Ди встал, вынул кристалл из футляра и с таинственным видом водрузил его посередине стола на восковую печать-пентакль. Оставшись стоять, он движением руки предложил Келли занять свое место в кресле. Келли уселся напротив чудесного артефакта. Пристально вглядываясь в него, он уже скоро впал в глубокий транс и принялся спазматическими гортанными звуками изрекать некие послания, полученные от потусторонних созданий. На первый взгляд это был бессмысленный набор цифр и произвольная комбинация букв, складывавшихся в слова неизвестного языка. Ди, стоявший за спиной Келли, изобразив на лице благоговение и экстаз, расшифровывал эти послания на человеческий язык. Очень скоро выяснилось, что на магический сеанс к адептам пришел целый консилиум потусторонних духов, представившихся ангелами Гальве и Рафаэлем и девочкой-эльфом Мадиной, битый час, по мнению посла, моловших неописуемую чепуху из мешанины полного абсурда и несусветной глупости.

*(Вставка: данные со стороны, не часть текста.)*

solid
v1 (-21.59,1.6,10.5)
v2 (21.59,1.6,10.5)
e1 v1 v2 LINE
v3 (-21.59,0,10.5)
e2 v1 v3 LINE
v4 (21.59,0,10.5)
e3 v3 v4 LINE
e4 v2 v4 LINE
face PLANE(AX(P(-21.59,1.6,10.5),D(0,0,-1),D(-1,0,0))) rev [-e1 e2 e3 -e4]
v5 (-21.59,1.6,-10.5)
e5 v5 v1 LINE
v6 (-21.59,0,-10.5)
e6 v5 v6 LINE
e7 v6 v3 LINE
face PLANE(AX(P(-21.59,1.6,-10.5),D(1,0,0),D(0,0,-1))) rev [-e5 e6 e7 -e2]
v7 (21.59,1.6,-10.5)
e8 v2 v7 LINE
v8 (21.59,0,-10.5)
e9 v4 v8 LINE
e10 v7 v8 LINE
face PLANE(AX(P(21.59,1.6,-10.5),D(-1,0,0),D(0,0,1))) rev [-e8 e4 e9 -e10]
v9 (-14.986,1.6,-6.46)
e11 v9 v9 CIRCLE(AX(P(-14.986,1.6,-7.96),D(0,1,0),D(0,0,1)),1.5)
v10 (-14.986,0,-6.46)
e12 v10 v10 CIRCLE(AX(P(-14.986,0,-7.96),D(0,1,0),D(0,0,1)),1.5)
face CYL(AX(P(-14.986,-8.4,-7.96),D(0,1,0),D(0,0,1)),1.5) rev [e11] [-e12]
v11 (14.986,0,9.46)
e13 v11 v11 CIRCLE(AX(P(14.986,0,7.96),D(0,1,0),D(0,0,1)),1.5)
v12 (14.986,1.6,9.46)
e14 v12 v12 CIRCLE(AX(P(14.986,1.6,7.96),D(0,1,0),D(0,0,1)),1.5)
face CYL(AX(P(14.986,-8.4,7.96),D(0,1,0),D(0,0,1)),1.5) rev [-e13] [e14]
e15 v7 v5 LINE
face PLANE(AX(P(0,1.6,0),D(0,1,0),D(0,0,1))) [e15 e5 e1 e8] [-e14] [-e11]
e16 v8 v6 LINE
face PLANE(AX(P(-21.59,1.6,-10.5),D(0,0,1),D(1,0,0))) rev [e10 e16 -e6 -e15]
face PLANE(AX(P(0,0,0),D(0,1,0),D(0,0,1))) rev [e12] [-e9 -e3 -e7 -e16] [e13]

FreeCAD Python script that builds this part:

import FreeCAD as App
import Part
import Sketcher

V = App.Vector


def add_polygon(sketch, points):
    """Adds a closed chain of lines whose ends are joined by coincident constraints."""
    first, n = sketch.GeometryCount, len(points)
    for a, b in zip(points, points[1:] + points[:1]):
        sketch.addGeometry(Part.LineSegment(App.Vector(*a, 0), App.Vector(*b, 0)), False)
    for i in range(n):
        sketch.addConstraint(Sketcher.Constraint("Coincident", first + i, 2, first + (i + 1) % n, 1))

doc = App.newDocument("Part")
body = doc.addObject("PartDesign::Body", "Body")

# Sketch on XZ plane
sketch1 = body.newObject("Sketcher::SketchObject", "Sketch")
sketch1.AttachmentSupport = (doc.getObject("XZ_Plane"), [""])
sketch1.MapMode = "FlatFace"
add_polygon(sketch1, [(-22, -10), (-22, 10), (22, 10), (22, -10)])  # lines 0-3
sketch1.addConstraint([
    Sketcher.Constraint("Vertical", 0),
    Sketcher.Constraint("Horizontal", 1),
    Sketcher.Constraint("Vertical", 2),
    Sketcher.Constraint("Horizontal", 3),
    Sketcher.Constraint("Symmetric", 0, 2, 2, 2, -1, 1),
    Sketcher.Constraint("DistanceY", 0, 1, 0, 2, 21.0),
    Sketcher.Constraint("DistanceX", 1, 1, 1, 2, 43.18),
])
pad1 = body.newObject("PartDesign::Pad", "Pad")
pad1.Profile = sketch1
pad1.Length = 1.6
pad1.Reversed = True

# Sketch on XZ plane
sketch2 = body.newObject("Sketcher::SketchObject", "Sketch001")
sketch2.AttachmentSupport = (doc.getObject("XZ_Plane"), [""])
sketch2.MapMode = "FlatFace"
sketch2.AttachmentOffset = App.Placement(V(0, 0, -1.6), App.Rotation())
sketch2.addGeometry([
    Part.Circle(V(-15, -8, 0), V(0, 0, 1), 1.5),
    Part.Circle(V(15, 8, 0), V(0, 0, 1), 1.5),
], False)
sketch2.addConstraint([
    Sketcher.Constraint("Equal", 0, 1),
    Sketcher.Constraint("Symmetric", 0, 3, 1, 3, -1, 1),
    Sketcher.Constraint("Diameter", 0, 3.0),
    Sketcher.Constraint("DistanceY", 0, 3, -1, 1, 7.96),
    Sketcher.Constraint("DistanceX", 0, 3, -1, 1, 14.986),
])
pocket1 = body.newObject("PartDesign::Pocket", "Pocket")
pocket1.Profile = sketch2
pocket1.Length = 10
pocket1.Reversed = True

doc.recompute()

В результате этого сеанса Мейрик вдруг узнал, что все у него сложится хорошо. Деньги, слава, расположение короля! Но чтобы предсказание свершилось в будущем, сейчас ему необходимо не спускать глаз со своего окружения. После смутных и загадочных посланий, более похожих на причудливый бред душевнобольного человека, невероятная болтушка Мадина пояснила на хорошем греческом языке, что «ангелы» имели в виду. По ее словам, один из секретарей посольства, Ричард Свифт, подкуплен голландским дипломатом Исааком Массой. Собственно, на этом сеанс и закончился. Явившийся с опозданием ангел Габриэль еще пытался отправить людям свои духовные послания, но тонкая связующая нить между мирами резко оборвалась. Исчезли ангельские голоса, пропали их колышущиеся в чистых гранях кристалла образы.